Читать книгу Red Sister онлайн | страница 76
By the time it was Arabella’s turn to shave Jula’s head she did so with a steady grip on the blade, her eyes red-rimmed and full of cold accusation aimed in Nona’s direction.
Nona opened her eyes with a start. Sleep had nearly taken her. She rolled her head to the left. Clera sat on the edge of the bed in her long white nightgown, the copper penny she so often played with in her hand. The other girls were settling into their beds. ‘We’re friends then?’ she asked without preamble, watching Nona’s eyes.
‘“Friend” can be a dangerous word,’ Nona said.
Clera laughed. ‘Friend? Really?’
‘It is if you mean it.’ Nona didn’t smile. She thought of Amondo and of Saida. ‘Friend’ was a bond. Much of what people did, how they acted, confused Nona. But ‘friend’ she understood. A friend you would die for. Or kill for.
‘Well I mean it.’ Clera let her own smile slip.
‘Then we are.’
It seemed enough for Clera. She rose from Nona’s bed and went to her own, flipping the penny once and humming some tune, low and sweet.
Nona let exhaustion close her eyes. The dormitories were heated by the same pipes that ran in the bathhouse and cells. She hadn’t imagined that commoners ever wholly escaped the cold, perhaps the emperor before his ever-blazing fires, but not girls like her, not like this. One of the high windows was even a quarter open to stop it being too muggy, as if heat were something that could be given to the wind rather than something precious to be hoarded.

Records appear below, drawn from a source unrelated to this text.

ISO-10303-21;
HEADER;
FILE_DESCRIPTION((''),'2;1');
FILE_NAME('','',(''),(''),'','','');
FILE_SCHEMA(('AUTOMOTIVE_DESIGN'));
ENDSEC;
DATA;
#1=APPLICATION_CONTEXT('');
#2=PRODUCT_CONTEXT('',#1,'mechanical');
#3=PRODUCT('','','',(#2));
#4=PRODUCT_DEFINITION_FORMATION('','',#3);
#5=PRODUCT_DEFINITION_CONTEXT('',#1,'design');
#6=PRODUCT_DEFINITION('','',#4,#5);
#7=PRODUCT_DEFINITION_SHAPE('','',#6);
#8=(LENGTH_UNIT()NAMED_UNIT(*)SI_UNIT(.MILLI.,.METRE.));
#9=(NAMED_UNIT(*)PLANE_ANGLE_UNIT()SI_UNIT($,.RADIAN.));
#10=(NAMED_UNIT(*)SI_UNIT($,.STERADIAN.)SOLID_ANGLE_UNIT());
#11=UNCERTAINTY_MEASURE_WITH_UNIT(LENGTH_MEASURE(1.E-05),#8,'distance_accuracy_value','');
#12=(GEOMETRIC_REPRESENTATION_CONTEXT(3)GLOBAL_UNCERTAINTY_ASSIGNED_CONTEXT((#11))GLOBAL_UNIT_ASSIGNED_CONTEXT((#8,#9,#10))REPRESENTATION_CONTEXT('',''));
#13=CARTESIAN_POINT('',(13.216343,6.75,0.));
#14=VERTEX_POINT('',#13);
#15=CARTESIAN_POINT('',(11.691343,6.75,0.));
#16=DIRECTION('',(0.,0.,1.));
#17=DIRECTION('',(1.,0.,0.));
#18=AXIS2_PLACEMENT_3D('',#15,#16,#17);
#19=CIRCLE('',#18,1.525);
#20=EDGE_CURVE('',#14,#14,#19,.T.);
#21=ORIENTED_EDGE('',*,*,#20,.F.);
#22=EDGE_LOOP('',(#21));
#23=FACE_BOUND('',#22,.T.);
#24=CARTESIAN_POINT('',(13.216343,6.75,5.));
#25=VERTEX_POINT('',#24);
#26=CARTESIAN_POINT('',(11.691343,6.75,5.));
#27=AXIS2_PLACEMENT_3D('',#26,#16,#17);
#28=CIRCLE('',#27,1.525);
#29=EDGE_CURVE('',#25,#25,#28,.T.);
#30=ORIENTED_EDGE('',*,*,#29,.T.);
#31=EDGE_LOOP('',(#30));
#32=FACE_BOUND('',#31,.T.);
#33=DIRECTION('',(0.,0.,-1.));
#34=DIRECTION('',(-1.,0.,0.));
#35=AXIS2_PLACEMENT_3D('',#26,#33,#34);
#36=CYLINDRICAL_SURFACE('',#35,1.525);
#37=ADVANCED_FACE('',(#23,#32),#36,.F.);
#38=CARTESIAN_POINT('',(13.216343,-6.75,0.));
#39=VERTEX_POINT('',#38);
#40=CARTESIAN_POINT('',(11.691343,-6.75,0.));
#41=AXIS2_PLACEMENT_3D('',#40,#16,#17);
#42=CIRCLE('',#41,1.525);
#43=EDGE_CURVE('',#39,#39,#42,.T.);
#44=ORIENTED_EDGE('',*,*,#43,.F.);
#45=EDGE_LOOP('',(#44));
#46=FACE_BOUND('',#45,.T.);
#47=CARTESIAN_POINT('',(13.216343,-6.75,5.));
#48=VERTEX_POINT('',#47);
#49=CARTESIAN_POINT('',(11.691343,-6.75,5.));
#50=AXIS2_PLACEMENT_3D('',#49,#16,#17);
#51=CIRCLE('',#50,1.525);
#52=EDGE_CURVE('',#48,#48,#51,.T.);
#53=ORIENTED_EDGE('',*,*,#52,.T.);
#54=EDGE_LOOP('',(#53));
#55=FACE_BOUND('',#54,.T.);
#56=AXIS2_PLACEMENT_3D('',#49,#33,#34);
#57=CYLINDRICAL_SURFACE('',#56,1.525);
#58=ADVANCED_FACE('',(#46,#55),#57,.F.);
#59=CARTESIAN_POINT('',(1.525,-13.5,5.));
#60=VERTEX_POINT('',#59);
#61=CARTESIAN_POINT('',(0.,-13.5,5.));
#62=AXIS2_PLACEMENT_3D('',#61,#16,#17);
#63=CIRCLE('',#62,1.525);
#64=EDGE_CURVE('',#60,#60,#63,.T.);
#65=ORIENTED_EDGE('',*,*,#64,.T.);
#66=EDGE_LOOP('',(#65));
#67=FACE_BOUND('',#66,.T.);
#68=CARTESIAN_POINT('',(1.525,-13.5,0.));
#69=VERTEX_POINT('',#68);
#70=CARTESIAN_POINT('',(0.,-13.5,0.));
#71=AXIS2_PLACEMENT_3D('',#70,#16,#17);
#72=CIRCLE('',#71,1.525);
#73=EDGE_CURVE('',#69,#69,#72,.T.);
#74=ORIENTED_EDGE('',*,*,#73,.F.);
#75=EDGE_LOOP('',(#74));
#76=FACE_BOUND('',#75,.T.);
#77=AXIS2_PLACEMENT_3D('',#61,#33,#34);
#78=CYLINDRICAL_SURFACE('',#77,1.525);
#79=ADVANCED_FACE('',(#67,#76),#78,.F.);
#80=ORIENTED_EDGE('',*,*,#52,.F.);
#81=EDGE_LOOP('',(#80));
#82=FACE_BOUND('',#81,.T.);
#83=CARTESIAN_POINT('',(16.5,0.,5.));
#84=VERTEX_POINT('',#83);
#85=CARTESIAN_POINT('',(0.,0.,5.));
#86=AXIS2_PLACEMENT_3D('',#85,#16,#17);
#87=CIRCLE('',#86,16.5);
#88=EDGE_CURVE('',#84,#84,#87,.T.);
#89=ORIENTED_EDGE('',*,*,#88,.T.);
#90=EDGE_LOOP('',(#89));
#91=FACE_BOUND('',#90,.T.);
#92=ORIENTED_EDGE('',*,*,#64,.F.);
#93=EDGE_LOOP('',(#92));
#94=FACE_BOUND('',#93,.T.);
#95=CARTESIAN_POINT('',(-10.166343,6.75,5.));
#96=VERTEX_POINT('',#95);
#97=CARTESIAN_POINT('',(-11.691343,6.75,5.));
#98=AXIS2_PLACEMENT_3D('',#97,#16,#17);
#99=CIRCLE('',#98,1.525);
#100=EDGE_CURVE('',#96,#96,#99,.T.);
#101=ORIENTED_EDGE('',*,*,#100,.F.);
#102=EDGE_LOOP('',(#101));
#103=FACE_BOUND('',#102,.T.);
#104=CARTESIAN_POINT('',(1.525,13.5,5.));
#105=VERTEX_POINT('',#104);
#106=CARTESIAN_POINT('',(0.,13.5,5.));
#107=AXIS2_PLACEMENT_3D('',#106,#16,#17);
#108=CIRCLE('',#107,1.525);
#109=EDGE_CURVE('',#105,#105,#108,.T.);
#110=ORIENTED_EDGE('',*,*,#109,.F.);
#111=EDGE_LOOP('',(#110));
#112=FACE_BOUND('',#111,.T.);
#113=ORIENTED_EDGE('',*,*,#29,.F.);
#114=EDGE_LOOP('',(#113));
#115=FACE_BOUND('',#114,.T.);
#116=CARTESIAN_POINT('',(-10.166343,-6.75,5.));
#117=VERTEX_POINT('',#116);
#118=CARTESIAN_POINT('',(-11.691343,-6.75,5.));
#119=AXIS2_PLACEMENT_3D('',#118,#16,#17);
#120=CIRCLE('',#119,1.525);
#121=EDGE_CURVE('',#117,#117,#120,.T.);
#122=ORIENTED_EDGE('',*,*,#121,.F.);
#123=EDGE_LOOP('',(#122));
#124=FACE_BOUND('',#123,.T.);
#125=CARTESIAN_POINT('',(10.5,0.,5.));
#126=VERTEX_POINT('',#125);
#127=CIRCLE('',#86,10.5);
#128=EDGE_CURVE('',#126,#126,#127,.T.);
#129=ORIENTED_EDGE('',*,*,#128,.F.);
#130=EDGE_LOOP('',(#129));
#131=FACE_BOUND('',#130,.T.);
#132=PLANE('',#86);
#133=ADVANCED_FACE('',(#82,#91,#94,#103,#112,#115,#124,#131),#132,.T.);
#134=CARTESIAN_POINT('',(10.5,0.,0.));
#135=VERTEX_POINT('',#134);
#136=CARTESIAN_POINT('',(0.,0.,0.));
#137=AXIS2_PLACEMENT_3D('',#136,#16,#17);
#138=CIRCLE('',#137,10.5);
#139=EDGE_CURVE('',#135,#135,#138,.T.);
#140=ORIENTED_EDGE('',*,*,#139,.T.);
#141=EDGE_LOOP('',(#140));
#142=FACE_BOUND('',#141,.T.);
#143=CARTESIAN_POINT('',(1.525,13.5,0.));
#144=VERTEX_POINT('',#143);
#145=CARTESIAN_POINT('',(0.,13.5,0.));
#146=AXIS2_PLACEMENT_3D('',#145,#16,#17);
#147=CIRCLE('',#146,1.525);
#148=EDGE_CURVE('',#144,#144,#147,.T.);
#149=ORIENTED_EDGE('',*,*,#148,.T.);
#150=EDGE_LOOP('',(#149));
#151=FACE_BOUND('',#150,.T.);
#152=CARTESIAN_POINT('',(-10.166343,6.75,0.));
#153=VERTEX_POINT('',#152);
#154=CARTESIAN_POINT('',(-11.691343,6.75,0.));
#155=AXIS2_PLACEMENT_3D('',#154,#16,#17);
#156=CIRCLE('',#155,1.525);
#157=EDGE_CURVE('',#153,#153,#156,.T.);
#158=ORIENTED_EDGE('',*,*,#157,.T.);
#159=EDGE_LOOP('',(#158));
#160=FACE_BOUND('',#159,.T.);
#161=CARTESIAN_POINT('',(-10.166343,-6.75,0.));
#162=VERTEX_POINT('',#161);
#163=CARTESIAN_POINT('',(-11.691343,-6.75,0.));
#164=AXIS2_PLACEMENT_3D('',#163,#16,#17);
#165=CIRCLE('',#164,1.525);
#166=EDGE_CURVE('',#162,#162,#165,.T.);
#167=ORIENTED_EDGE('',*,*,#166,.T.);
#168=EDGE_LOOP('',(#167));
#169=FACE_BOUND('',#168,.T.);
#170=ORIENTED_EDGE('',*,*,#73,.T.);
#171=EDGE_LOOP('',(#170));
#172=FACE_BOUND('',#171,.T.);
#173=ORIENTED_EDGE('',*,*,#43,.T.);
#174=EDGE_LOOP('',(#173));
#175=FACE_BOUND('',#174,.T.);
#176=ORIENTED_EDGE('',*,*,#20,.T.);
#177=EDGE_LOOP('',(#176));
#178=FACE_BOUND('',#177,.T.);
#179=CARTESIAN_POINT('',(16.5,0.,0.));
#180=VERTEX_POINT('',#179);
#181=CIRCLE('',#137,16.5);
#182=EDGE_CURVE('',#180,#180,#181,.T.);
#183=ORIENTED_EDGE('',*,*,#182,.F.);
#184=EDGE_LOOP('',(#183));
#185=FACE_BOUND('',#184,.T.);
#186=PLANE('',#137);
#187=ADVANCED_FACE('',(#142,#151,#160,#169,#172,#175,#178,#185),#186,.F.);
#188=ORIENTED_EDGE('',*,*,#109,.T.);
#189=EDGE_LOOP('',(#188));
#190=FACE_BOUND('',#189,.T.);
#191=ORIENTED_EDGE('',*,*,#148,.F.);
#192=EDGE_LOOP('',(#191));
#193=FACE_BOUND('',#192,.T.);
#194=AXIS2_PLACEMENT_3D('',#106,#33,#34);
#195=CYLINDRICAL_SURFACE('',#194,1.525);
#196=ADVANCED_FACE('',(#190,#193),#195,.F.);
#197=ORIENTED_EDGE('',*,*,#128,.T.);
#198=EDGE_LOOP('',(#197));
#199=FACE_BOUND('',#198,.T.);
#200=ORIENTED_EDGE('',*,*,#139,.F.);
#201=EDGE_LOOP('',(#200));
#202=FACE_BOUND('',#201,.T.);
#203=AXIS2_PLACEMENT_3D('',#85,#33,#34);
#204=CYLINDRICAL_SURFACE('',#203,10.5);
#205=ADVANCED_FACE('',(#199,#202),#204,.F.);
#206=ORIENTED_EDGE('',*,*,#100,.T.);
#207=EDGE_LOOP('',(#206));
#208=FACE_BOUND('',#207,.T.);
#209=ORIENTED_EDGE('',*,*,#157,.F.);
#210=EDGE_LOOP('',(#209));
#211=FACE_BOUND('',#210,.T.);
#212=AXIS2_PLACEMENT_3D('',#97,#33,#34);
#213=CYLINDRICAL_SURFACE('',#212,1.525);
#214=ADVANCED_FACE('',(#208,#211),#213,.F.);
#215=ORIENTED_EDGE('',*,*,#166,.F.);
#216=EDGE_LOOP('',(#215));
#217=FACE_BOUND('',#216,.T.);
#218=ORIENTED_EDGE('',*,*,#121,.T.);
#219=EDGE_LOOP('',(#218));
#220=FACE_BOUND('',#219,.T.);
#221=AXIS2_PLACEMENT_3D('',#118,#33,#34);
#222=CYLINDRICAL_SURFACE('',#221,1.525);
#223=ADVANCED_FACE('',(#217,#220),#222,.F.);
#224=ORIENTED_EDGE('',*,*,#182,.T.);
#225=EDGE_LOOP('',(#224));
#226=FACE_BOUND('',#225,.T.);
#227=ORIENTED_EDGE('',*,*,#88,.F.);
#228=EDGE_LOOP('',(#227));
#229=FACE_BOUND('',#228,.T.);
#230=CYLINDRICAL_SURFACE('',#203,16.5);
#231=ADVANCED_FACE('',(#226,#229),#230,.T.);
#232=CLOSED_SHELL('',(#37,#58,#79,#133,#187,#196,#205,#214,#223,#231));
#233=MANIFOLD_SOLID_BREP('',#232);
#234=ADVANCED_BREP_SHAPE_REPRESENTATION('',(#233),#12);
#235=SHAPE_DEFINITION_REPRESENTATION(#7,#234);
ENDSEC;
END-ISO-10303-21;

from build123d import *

# Parameters (mm, degrees)
SKETCH_1_R      = 16.5
SKETCH_1_R_2    = 1.525
SKETCH_1_R_3    = 10.5
EXTRUDE_1_DEPTH = 5


with BuildPart() as part:
    # 草图1 → 凸台-拉伸1 (new body)
    with BuildSketch(Plane.XY):
        Circle(SKETCH_1_R)
        with Locations((0, 13.5)):
            Circle(SKETCH_1_R_2, mode=Mode.SUBTRACT)
        with Locations((11.691342951, 6.75)):
            Circle(SKETCH_1_R_2, mode=Mode.SUBTRACT)
        with Locations((11.691342951, -6.75)):
            Circle(SKETCH_1_R_2, mode=Mode.SUBTRACT)
        with Locations((0, -13.5)):
            Circle(SKETCH_1_R_2, mode=Mode.SUBTRACT)
        with Locations((-11.691342951, -6.75)):
            Circle(SKETCH_1_R_2, mode=Mode.SUBTRACT)
        with Locations((-11.691342951, 6.75)):
            Circle(SKETCH_1_R_2, mode=Mode.SUBTRACT)
        Circle(SKETCH_1_R_3, mode=Mode.SUBTRACT)
    extrude(amount=EXTRUDE_1_DEPTH)


solid = part.part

In the village mothers cut their children’s hair to a fuzz whenever the weather turned. When the ice-wind surrendered to the Corridor wind and the cold grew less bitter the knives came out. They did it to reduce lice, fleas, and nits to a manageable level, but Nona had always felt it marked the start of something new: new growth, new possibilities. Her last thoughts before dreams stole her were that if a shaved head were the worst thing to have happened to Arabella Jotsis so far then she had lived a charmed life. Also, Nona thought, annoyingly the loss of that golden mane had done nothing to mar the girl’s beauty. If anything she looked somehow more perfect.